Now, as for imagining a higher conversion rate… Imagine all the people, living life in peace! An iterative paid search campaign must convert better due to relentless testing, great, tailored landing pages, etc.; that’s a reality because the economics force that reality. We see no evidence that organic search out-converts paid search. More to the point, again, volume is an issue businesses cannot ignore. Ad positions 3, 2, and 1 push those organic results down the page. So do other types of listings. If you’re in 4th or 5th organic spot (a tall order!), you might be at the very bottom of the page. If you’re a bit worse than that, you might be near-invisible on page 2. And there is no quick fix for that. Organic search is great in theory, but in practice the optimization process is uncertain, longer-feedback-cycle, and thus too passive for marketers to rely too heavily on it today.

KL: Exposure to organic search results almost doubles the likelihood that a prospect will visit a web site when combined with a paid search strategy (iProspect & comScore).

Traffick: Search is great, display is sometimes great, and we need to attribute ROI and volume to any of those channels. We cannot always neatly do this, which is when we fall back on “exposures,” “lifts,” and other workarounds.

I don’t know what gymnastics this study is trying to accomplish, other than comScore’s usual mandate of helping its partners sell display ads, but even the way the findings are worded make it sound bogus to me.

Exposure to listings result in visits to a landing page when people click. Period.

If you rank well in organic search, your CTR will be awesome and they will visit. If you heavy up on PPC, you’ll rank well on the page (above organic search results), and they will visit your landing page — period.
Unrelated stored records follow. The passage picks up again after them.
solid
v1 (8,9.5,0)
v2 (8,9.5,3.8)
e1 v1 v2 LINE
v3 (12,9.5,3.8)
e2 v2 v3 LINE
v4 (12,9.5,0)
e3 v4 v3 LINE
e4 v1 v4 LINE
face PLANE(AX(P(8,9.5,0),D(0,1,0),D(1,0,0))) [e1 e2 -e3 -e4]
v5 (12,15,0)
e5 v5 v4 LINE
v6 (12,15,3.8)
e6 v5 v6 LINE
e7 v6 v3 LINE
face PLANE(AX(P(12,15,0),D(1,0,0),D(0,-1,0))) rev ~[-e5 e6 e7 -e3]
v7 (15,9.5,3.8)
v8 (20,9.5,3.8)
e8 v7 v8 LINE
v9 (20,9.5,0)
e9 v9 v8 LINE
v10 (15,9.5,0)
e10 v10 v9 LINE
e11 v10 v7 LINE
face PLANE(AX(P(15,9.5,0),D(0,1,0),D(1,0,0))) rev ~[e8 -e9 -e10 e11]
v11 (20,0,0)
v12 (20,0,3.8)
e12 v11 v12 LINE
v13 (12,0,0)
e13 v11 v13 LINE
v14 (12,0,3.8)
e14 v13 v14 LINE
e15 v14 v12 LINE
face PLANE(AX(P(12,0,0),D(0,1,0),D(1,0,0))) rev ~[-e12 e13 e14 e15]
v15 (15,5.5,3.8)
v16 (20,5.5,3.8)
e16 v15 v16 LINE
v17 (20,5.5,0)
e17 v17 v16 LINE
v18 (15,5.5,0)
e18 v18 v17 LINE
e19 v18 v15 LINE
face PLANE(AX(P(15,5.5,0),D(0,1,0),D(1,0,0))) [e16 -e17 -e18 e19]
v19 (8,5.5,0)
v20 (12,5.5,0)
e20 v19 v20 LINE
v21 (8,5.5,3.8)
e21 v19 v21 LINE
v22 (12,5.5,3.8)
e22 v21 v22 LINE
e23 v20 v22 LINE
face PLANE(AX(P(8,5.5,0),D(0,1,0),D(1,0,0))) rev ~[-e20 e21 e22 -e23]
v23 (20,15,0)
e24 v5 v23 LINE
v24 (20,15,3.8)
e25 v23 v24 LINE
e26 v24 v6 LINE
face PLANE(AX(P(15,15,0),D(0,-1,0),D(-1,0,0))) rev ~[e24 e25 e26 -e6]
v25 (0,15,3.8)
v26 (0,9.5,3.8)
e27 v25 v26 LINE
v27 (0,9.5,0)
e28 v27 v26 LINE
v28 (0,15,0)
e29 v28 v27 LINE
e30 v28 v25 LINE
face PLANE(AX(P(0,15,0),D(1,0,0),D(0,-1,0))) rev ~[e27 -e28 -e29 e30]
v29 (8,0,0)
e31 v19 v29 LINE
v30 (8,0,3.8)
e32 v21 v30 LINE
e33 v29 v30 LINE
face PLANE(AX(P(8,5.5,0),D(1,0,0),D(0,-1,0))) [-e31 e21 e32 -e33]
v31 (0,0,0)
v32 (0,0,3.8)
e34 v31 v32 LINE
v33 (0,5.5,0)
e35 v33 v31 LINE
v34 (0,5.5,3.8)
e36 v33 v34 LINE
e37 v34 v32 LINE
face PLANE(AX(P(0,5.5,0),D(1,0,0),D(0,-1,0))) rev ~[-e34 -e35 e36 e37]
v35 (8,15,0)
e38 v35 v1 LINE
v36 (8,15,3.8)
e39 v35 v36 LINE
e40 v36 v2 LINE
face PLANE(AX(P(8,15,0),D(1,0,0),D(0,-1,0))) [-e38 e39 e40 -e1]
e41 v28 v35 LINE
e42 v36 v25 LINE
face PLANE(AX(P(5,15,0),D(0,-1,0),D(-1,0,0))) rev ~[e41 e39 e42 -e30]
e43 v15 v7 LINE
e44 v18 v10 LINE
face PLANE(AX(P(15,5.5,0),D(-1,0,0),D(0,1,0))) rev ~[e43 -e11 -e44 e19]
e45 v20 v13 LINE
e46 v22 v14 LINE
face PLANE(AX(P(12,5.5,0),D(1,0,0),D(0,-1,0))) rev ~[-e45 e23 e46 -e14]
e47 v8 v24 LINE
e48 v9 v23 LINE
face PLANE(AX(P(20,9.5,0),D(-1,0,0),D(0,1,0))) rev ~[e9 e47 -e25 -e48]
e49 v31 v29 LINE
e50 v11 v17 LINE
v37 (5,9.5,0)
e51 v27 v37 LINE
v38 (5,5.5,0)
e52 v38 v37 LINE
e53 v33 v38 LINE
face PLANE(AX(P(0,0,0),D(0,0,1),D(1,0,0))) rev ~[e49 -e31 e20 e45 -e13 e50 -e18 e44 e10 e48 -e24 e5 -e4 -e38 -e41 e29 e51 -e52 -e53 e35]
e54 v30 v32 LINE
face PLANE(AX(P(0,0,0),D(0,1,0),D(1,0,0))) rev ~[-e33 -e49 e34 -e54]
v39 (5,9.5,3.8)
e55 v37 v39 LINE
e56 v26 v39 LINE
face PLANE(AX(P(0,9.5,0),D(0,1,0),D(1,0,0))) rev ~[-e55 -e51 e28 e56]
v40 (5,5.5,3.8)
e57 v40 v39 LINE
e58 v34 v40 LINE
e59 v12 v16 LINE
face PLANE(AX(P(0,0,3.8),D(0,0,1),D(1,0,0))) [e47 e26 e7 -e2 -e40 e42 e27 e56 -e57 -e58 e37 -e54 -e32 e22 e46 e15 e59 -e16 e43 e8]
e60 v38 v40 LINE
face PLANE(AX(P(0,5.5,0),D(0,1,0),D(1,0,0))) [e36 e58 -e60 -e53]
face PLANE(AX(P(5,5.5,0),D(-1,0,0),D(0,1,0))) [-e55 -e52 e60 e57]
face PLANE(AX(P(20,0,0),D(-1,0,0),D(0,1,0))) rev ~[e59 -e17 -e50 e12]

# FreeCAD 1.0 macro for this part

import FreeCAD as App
import Part
import Sketcher

doc = App.newDocument("Part")
body = doc.addObject("PartDesign::Body", "Body")

# Sketch on XY plane
sketch1 = body.newObject("Sketcher::SketchObject", "Sketch")
sketch1.AttachmentSupport = (doc.getObject("XY_Plane"), [""])
sketch1.MapMode = "FlatFace"
sketch1.addGeometry([
    Part.LineSegment(App.Vector(0, 5.5, 0), App.Vector(0, 0, 0)),  # 0
    Part.LineSegment(App.Vector(0, 0, 0), App.Vector(8, 0, 0)),  # 1
    Part.LineSegment(App.Vector(8, 0, 0), App.Vector(8, 5.5, 0)),  # 2
    Part.LineSegment(App.Vector(8, 5.5, 0), App.Vector(12, 5.5, 0)),  # 3
    Part.LineSegment(App.Vector(12, 5.5, 0), App.Vector(12, 0, 0)),  # 4
    Part.LineSegment(App.Vector(12, 0, 0), App.Vector(20, 0, 0)),  # 5
    Part.LineSegment(App.Vector(20, 0, 0), App.Vector(20, 5.5, 0)),  # 6
    Part.LineSegment(App.Vector(20, 5.5, 0), App.Vector(15, 5.5, 0)),  # 7
    Part.LineSegment(App.Vector(15, 5.5, 0), App.Vector(15, 9.5, 0)),  # 8
    Part.LineSegment(App.Vector(15, 9.5, 0), App.Vector(20, 9.5, 0)),  # 9
    Part.LineSegment(App.Vector(20, 9.5, 0), App.Vector(20, 15, 0)),  # 10
    Part.LineSegment(App.Vector(20, 15, 0), App.Vector(12, 15, 0)),  # 11
    Part.LineSegment(App.Vector(12, 15, 0), App.Vector(12, 9.5, 0)),  # 12
    Part.LineSegment(App.Vector(12, 9.5, 0), App.Vector(8, 9.5, 0)),  # 13
    Part.LineSegment(App.Vector(8, 9.5, 0), App.Vector(8, 15, 0)),  # 14
    Part.LineSegment(App.Vector(8, 15, 0), App.Vector(0, 15, 0)),  # 15
    Part.LineSegment(App.Vector(0, 15, 0), App.Vector(0, 9.5, 0)),  # 16
    Part.LineSegment(App.Vector(0, 9.5, 0), App.Vector(5, 9.5, 0)),  # 17
    Part.LineSegment(App.Vector(5, 9.5, 0), App.Vector(5, 5.5, 0)),  # 18
    Part.LineSegment(App.Vector(5, 5.5, 0), App.Vector(0, 5.5, 0)),  # 19
], False)
sketch1.addConstraint([
    Sketcher.Constraint("Coincident", 0, 2, 1, 1),
    Sketcher.Constraint("Coincident", 1, 2, 2, 1),
    Sketcher.Constraint("Coincident", 2, 2, 3, 1),
    Sketcher.Constraint("Coincident", 3, 2, 4, 1),
    Sketcher.Constraint("Coincident", 4, 2, 5, 1),
    Sketcher.Constraint("Coincident", 5, 2, 6, 1),
    Sketcher.Constraint("Coincident", 6, 2, 7, 1),
    Sketcher.Constraint("Coincident", 7, 2, 8, 1),
    Sketcher.Constraint("Coincident", 8, 2, 9, 1),
    Sketcher.Constraint("Coincident", 9, 2, 10, 1),
    Sketcher.Constraint("Coincident", 10, 2, 11, 1),
    Sketcher.Constraint("Coincident", 11, 2, 12, 1),
    Sketcher.Constraint("Coincident", 12, 2, 13, 1),
    Sketcher.Constraint("Coincident", 13, 2, 14, 1),
    Sketcher.Constraint("Coincident", 14, 2, 15, 1),
    Sketcher.Constraint("Coincident", 15, 2, 16, 1),
    Sketcher.Constraint("Coincident", 16, 2, 17, 1),
    Sketcher.Constraint("Coincident", 17, 2, 18, 1),
    Sketcher.Constraint("Coincident", 18, 2, 19, 1),
    Sketcher.Constraint("Coincident", 19, 2, 0, 1),
    Sketcher.Constraint("Vertical", 0),
    Sketcher.Constraint("Horizontal", 1),
    Sketcher.Constraint("Vertical", 2),
    Sketcher.Constraint("Horizontal", 3),
    Sketcher.Constraint("Vertical", 4),
    Sketcher.Constraint("Horizontal", 5),
    Sketcher.Constraint("Vertical", 6),
    Sketcher.Constraint("Horizontal", 7),
    Sketcher.Constraint("Vertical", 8),
    Sketcher.Constraint("Horizontal", 9),
    Sketcher.Constraint("Vertical", 10),
    Sketcher.Constraint("Horizontal", 11),
    Sketcher.Constraint("Vertical", 12),
    Sketcher.Constraint("Horizontal", 13),
    Sketcher.Constraint("Vertical", 14),
    Sketcher.Constraint("Horizontal", 15),
    Sketcher.Constraint("Vertical", 16),
    Sketcher.Constraint("Horizontal", 17),
    Sketcher.Constraint("Vertical", 18),
    Sketcher.Constraint("Horizontal", 19),
    Sketcher.Constraint("Coincident", 0, 2, -1, 1),
    Sketcher.Constraint("PointOnObject", 4, 2, -1),
    Sketcher.Constraint("PointOnObject", 15, 2, -2),
    Sketcher.Constraint("Horizontal", 3, 2, 6, 2),
    Sketcher.Constraint("Horizontal", 9, 2, 12, 2),
    Sketcher.Constraint("Horizontal", 11, 2, 14, 2),
    Sketcher.Constraint("Horizontal", 13, 2, 16, 2),
    Sketcher.Constraint("Horizontal", 7, 2, 18, 2),
    Sketcher.Constraint("Vertical", 6, 2, 9, 2),
    Sketcher.Constraint("Vertical", 4, 2, 11, 2),
    Sketcher.Constraint("Vertical", 2, 2, 13, 2),
    Sketcher.Constraint("Equal", 1, 5),
    Sketcher.Constraint("Equal", 9, 17),
    Sketcher.Constraint("Equal", 13, 8),
    Sketcher.Constraint("Equal", 6, 10),
    Sketcher.Constraint("DistanceX", 1, 1, 1, 2, 8.0),
    Sketcher.Constraint("DistanceX", 3, 1, 3, 2, 4.0),
    Sketcher.Constraint("DistanceX", 7, 2, 7, 1, 5.0),
    Sketcher.Constraint("DistanceY", 0, 2, 0, 1, 5.5),
])
pad1 = body.newObject("PartDesign::Pad", "Pad")
pad1.Profile = sketch1
pad1.Length = 3.8

doc.recompute()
Certainly, one can imagine that if you judge “PPC strategies” from hotel companies who rank in 6th and 7th paid position typically, who are fortunate enough to rank high organically on those same queries, searchers will be less likely to click on the less-visible paid result — especially if they’re like 80-90% of searchers, not currently in “buy” mode, so are ignoring the ads!

The study cites “visits” to a website. What about purchases? Informational queries generate a lot of clicks from organic search, but may convert poorly.

Both organic and PPC are good for business. Studies like this, which can be interpreted as pitting one against the other, do marketers a disservice. PPC is not for every business. But it’s wrong to expect organic search to build your business, as it might have done in 2002. There is no need to criticize PPC to make the point that organic search marketing best practices should be followed. It’s good in itself: just not as good as you might hope.

And with that beefing out of the way, maybe now is the time to add that I’m super-impressed with the GShift Labs team and their platform’s contribution to bringing smart SEO strategy down to a meaningful level that the average marketer can implement.